What the task asks
Some entries follow. Reproduce exactly the lines starting at the one with "#8=(LENGTH_UNIT()NAMED_UNIT(*)SI_UNIT(.MILLI.,.METRE.));" and stopping after the one with "#34=LINE('',#15,#25);".
.....
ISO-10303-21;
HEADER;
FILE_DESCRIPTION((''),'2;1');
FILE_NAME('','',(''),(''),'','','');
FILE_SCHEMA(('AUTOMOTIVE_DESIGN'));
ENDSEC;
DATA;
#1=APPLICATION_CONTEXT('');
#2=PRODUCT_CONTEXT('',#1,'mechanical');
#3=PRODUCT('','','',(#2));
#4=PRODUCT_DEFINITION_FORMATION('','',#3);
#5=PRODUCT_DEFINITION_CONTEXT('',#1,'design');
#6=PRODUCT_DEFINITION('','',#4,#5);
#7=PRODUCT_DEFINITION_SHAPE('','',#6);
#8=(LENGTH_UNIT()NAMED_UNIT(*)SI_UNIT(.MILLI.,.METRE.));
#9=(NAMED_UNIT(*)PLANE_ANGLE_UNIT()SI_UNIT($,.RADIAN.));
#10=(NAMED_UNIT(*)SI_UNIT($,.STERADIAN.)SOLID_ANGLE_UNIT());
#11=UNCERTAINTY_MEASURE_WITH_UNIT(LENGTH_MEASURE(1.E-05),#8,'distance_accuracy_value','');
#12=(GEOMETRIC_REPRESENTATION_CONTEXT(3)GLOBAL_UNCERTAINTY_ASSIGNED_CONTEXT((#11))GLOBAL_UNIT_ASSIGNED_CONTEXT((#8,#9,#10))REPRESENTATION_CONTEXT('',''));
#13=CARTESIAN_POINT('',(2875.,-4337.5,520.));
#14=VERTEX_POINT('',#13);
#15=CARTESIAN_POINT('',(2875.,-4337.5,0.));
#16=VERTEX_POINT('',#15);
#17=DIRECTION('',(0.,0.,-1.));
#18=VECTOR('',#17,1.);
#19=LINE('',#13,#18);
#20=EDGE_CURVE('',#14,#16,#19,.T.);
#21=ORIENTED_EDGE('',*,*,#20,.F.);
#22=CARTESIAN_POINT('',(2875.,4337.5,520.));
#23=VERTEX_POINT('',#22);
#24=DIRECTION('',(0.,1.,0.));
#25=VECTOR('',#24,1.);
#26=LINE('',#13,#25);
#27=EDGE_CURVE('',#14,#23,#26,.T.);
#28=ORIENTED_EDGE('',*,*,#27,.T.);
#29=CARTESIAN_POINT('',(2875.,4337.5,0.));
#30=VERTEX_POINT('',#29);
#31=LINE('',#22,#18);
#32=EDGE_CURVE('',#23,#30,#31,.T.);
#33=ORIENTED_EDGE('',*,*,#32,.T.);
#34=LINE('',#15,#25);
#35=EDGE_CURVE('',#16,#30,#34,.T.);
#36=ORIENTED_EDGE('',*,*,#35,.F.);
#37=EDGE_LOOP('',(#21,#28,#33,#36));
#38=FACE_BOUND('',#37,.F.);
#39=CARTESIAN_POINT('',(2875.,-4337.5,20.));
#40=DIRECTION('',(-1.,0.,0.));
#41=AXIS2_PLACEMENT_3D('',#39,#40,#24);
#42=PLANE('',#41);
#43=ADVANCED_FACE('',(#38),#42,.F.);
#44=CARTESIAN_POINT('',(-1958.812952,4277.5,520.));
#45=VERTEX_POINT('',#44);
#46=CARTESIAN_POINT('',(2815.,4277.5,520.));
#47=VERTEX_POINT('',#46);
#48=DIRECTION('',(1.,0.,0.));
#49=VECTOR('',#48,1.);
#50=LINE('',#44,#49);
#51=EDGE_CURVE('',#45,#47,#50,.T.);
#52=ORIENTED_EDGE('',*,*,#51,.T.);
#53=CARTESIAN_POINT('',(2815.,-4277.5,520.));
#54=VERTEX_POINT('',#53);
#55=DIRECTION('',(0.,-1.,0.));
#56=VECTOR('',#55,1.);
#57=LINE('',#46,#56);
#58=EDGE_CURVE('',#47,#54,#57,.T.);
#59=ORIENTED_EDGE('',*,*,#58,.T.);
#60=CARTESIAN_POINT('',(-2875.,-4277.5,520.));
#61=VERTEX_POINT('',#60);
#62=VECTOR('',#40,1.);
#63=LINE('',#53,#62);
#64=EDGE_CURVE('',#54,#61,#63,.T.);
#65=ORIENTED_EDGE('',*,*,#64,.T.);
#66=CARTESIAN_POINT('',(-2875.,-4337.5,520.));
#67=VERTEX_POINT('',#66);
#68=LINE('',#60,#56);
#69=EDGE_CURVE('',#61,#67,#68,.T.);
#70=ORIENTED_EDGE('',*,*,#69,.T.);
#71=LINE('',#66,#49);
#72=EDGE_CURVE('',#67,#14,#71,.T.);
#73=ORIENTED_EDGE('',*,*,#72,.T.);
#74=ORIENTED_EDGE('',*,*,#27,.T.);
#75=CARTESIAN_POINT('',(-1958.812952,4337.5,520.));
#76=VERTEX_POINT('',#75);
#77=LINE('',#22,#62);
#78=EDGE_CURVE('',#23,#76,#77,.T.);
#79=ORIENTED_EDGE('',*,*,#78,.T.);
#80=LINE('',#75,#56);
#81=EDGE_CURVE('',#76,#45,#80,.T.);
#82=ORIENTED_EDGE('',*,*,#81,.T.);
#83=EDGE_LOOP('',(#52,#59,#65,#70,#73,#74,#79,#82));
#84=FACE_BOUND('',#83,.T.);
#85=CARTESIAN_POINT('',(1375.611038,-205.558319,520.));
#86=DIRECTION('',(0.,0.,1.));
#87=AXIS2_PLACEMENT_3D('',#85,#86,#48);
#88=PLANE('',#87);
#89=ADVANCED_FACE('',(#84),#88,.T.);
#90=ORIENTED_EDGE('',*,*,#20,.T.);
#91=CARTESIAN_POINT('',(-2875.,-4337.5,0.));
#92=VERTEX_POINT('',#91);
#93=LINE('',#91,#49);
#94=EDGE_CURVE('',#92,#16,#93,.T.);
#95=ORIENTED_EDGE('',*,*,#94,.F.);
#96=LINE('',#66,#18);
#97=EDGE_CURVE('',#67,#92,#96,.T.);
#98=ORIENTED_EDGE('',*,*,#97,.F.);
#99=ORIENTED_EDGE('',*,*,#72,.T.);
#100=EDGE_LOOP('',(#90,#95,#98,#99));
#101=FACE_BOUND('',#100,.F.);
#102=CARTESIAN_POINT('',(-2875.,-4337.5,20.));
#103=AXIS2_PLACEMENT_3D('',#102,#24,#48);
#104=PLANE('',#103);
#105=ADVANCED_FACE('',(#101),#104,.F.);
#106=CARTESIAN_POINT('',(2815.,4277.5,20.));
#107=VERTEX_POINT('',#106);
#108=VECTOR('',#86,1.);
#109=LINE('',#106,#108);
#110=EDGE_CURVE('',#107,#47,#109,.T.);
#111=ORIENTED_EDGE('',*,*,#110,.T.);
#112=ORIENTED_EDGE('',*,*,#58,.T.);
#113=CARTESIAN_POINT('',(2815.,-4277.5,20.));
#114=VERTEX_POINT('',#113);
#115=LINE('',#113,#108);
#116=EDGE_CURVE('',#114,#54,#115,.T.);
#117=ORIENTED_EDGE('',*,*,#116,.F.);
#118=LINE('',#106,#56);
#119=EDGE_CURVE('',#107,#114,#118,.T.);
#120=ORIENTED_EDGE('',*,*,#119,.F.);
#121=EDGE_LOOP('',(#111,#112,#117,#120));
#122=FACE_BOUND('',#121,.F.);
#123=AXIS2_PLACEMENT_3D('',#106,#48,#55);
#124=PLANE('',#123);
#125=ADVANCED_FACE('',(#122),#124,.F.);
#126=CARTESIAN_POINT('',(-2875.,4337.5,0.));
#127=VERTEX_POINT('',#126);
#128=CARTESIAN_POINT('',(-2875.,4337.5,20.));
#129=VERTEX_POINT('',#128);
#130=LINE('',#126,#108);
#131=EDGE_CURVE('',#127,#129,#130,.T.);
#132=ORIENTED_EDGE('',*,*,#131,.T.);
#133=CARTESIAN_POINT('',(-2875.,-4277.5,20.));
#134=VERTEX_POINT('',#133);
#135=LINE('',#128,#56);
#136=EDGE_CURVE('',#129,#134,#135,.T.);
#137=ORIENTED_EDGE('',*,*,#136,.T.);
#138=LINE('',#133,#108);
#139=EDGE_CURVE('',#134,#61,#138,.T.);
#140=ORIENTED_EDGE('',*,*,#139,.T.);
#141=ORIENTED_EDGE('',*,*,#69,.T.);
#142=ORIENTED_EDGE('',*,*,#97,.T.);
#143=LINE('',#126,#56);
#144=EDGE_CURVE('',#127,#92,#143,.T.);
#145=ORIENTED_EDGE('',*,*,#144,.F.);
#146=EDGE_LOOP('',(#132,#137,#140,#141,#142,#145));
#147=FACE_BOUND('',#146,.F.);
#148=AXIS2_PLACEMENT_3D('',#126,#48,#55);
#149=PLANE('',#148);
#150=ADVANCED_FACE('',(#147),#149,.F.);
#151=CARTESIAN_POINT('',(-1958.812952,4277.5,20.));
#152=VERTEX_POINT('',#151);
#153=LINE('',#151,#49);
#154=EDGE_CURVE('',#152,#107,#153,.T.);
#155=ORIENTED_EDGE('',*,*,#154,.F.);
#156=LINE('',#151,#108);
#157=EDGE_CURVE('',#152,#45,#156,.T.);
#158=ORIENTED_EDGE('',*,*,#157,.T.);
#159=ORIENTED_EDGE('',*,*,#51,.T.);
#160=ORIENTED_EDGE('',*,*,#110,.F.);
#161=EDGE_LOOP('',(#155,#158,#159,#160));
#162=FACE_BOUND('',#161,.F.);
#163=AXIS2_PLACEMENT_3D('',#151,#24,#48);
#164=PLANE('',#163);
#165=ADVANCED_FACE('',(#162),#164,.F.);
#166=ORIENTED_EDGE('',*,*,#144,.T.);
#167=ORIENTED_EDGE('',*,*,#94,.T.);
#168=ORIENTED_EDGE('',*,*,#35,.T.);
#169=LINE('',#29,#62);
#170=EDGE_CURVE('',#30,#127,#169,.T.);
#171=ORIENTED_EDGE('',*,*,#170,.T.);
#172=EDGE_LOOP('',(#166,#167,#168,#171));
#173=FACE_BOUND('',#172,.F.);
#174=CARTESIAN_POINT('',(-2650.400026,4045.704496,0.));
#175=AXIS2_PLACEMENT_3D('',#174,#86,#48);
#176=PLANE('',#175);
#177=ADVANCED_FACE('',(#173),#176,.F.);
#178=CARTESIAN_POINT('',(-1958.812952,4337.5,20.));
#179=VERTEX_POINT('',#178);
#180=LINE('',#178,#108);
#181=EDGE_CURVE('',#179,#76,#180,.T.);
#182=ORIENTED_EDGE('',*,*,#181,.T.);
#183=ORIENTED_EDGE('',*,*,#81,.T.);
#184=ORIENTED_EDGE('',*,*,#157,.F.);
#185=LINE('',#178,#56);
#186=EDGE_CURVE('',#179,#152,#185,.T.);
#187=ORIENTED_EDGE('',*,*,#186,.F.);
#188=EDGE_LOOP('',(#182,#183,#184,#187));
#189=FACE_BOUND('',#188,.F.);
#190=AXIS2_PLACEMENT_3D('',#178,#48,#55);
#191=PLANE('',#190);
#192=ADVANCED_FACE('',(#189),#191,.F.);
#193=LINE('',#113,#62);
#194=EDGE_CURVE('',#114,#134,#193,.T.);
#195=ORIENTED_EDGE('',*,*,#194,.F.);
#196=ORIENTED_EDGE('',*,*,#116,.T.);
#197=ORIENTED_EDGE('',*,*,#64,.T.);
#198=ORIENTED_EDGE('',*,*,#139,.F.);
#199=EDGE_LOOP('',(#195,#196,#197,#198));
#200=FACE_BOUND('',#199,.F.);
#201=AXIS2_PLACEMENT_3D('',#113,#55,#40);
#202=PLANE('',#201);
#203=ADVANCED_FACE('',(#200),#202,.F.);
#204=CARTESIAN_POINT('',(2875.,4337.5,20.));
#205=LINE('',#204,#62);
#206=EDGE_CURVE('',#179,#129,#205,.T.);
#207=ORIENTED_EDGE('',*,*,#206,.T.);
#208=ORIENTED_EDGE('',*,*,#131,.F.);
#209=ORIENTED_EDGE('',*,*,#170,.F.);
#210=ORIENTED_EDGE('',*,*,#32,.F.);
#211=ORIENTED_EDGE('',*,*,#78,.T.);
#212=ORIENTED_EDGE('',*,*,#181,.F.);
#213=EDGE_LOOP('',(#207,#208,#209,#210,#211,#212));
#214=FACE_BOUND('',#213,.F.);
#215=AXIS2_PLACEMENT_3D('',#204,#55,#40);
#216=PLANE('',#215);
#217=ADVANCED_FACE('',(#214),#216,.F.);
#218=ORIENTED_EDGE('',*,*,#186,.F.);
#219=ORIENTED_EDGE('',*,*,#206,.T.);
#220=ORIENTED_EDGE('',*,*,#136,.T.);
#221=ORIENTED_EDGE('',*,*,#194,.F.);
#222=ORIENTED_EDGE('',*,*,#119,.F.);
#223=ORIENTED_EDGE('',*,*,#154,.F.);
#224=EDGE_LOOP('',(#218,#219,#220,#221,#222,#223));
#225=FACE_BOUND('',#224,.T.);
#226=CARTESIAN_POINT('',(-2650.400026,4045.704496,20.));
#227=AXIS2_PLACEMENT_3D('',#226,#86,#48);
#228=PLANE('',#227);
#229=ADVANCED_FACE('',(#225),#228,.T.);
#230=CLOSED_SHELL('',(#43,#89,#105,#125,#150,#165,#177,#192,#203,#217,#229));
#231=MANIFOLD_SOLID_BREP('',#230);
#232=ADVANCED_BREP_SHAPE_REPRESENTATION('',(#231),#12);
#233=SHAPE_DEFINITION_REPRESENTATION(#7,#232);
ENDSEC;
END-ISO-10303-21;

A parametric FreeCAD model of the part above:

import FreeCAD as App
import Part
import Sketcher

V = App.Vector


def add_polygon(sketch, points):
    """Adds a closed chain of lines whose ends are joined by coincident constraints."""
    first, n = sketch.GeometryCount, len(points)
    for a, b in zip(points, points[1:] + points[:1]):
        sketch.addGeometry(Part.LineSegment(App.Vector(*a, 0), App.Vector(*b, 0)), False)
    for i in range(n):
        sketch.addConstraint(Sketcher.Constraint("Coincident", first + i, 2, first + (i + 1) % n, 1))

doc = App.newDocument("Part")
body = doc.addObject("PartDesign::Body", "Body")

sketch1 = body.newObject("Sketcher::SketchObject", "Sketch")
sketch1.AttachmentSupport = (doc.getObject("XY_Plane"), [""])
sketch1.MapMode = "FlatFace"
add_polygon(sketch1, [(-2875, 4337.5), (-2875, -4337.5), (2875, -4337.5), (2875, 4337.5)])
sketch1.addConstraint([
    Sketcher.Constraint("Vertical", 0),
    Sketcher.Constraint("Horizontal", 1),
    Sketcher.Constraint("Vertical", 2),
    Sketcher.Constraint("Horizontal", 3),
    Sketcher.Constraint("Symmetric", 0, 2, 2, 2, -1, 1),
    Sketcher.Constraint("DistanceX", 1, 1, 1, 2, 5750.0),
    Sketcher.Constraint("DistanceY", 0, 2, 0, 1, 8675.0),
])
pad1 = body.newObject("PartDesign::Pad", "Pad")
pad1.Profile = sketch1
pad1.Length = 20

sketch2 = body.newObject("Sketcher::SketchObject", "Sketch001")
sketch2.AttachmentSupport = (doc.getObject("XY_Plane"), [""])
sketch2.MapMode = "FlatFace"
sketch2.AttachmentOffset = App.Placement(V(0, 0, 20), App.Rotation())
add_polygon(sketch2, [(2875, 4337.5), (-1958.812952, 4337.5), (-1958.812952, 4277.5), (2815, 4277.5), (2815, -4277.5), (-2875, -4277.5), (-2875, -4337.5), (2875, -4337.5)])
sketch2.addConstraint([
    Sketcher.Constraint("Horizontal", 0),
    Sketcher.Constraint("Vertical", 1),
    Sketcher.Constraint("Horizontal", 2),
    Sketcher.Constraint("Vertical", 3),
    Sketcher.Constraint("Horizontal", 4),
    Sketcher.Constraint("Vertical", 5),
    Sketcher.Constraint("Horizontal", 6),
    Sketcher.Constraint("Vertical", 7),
    Sketcher.Constraint("Symmetric", 5, 2, 7, 2, -1, 1),
    Sketcher.Constraint("Equal", 1, 5),
    Sketcher.Constraint("DistanceX", 4, 2, 4, 1, 5690.0),
    Sketcher.Constraint("DistanceX", 6, 1, 6, 2, 5750.0),
    Sketcher.Constraint("DistanceY", 1, 2, 1, 1, 60.0),
    Sketcher.Constraint("DistanceY", 3, 2, 3, 1, 8555.0),
    Sketcher.Constraint("DistanceX", 0, 2, 0, 1, 4833.812952),
])
pad2 = body.newObject("PartDesign::Pad", "Pad001")
pad2.Profile = sketch2
pad2.Length = 500

doc.recompute()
.....
Solution
#8=(LENGTH_UNIT()NAMED_UNIT(*)SI_UNIT(.MILLI.,.METRE.));
#9=(NAMED_UNIT(*)PLANE_ANGLE_UNIT()SI_UNIT($,.RADIAN.));
#10=(NAMED_UNIT(*)SI_UNIT($,.STERADIAN.)SOLID_ANGLE_UNIT());
#11=UNCERTAINTY_MEASURE_WITH_UNIT(LENGTH_MEASURE(1.E-05),#8,'distance_accuracy_value','');
#12=(GEOMETRIC_REPRESENTATION_CONTEXT(3)GLOBAL_UNCERTAINTY_ASSIGNED_CONTEXT((#11))GLOBAL_UNIT_ASSIGNED_CONTEXT((#8,#9,#10))REPRESENTATION_CONTEXT('',''));
#13=CARTESIAN_POINT('',(2875.,-4337.5,520.));
#14=VERTEX_POINT('',#13);
#15=CARTESIAN_POINT('',(2875.,-4337.5,0.));
#16=VERTEX_POINT('',#15);
#17=DIRECTION('',(0.,0.,-1.));
#18=VECTOR('',#17,1.);
#19=LINE('',#13,#18);
#20=EDGE_CURVE('',#14,#16,#19,.T.);
#21=ORIENTED_EDGE('',*,*,#20,.F.);
#22=CARTESIAN_POINT('',(2875.,4337.5,520.));
#23=VERTEX_POINT('',#22);
#24=DIRECTION('',(0.,1.,0.));
#25=VECTOR('',#24,1.);
#26=LINE('',#13,#25);
#27=EDGE_CURVE('',#14,#23,#26,.T.);
#28=ORIENTED_EDGE('',*,*,#27,.T.);
#29=CARTESIAN_POINT('',(2875.,4337.5,0.));
#30=VERTEX_POINT('',#29);
#31=LINE('',#22,#18);
#32=EDGE_CURVE('',#23,#30,#31,.T.);
#33=ORIENTED_EDGE('',*,*,#32,.T.);
#34=LINE('',#15,#25);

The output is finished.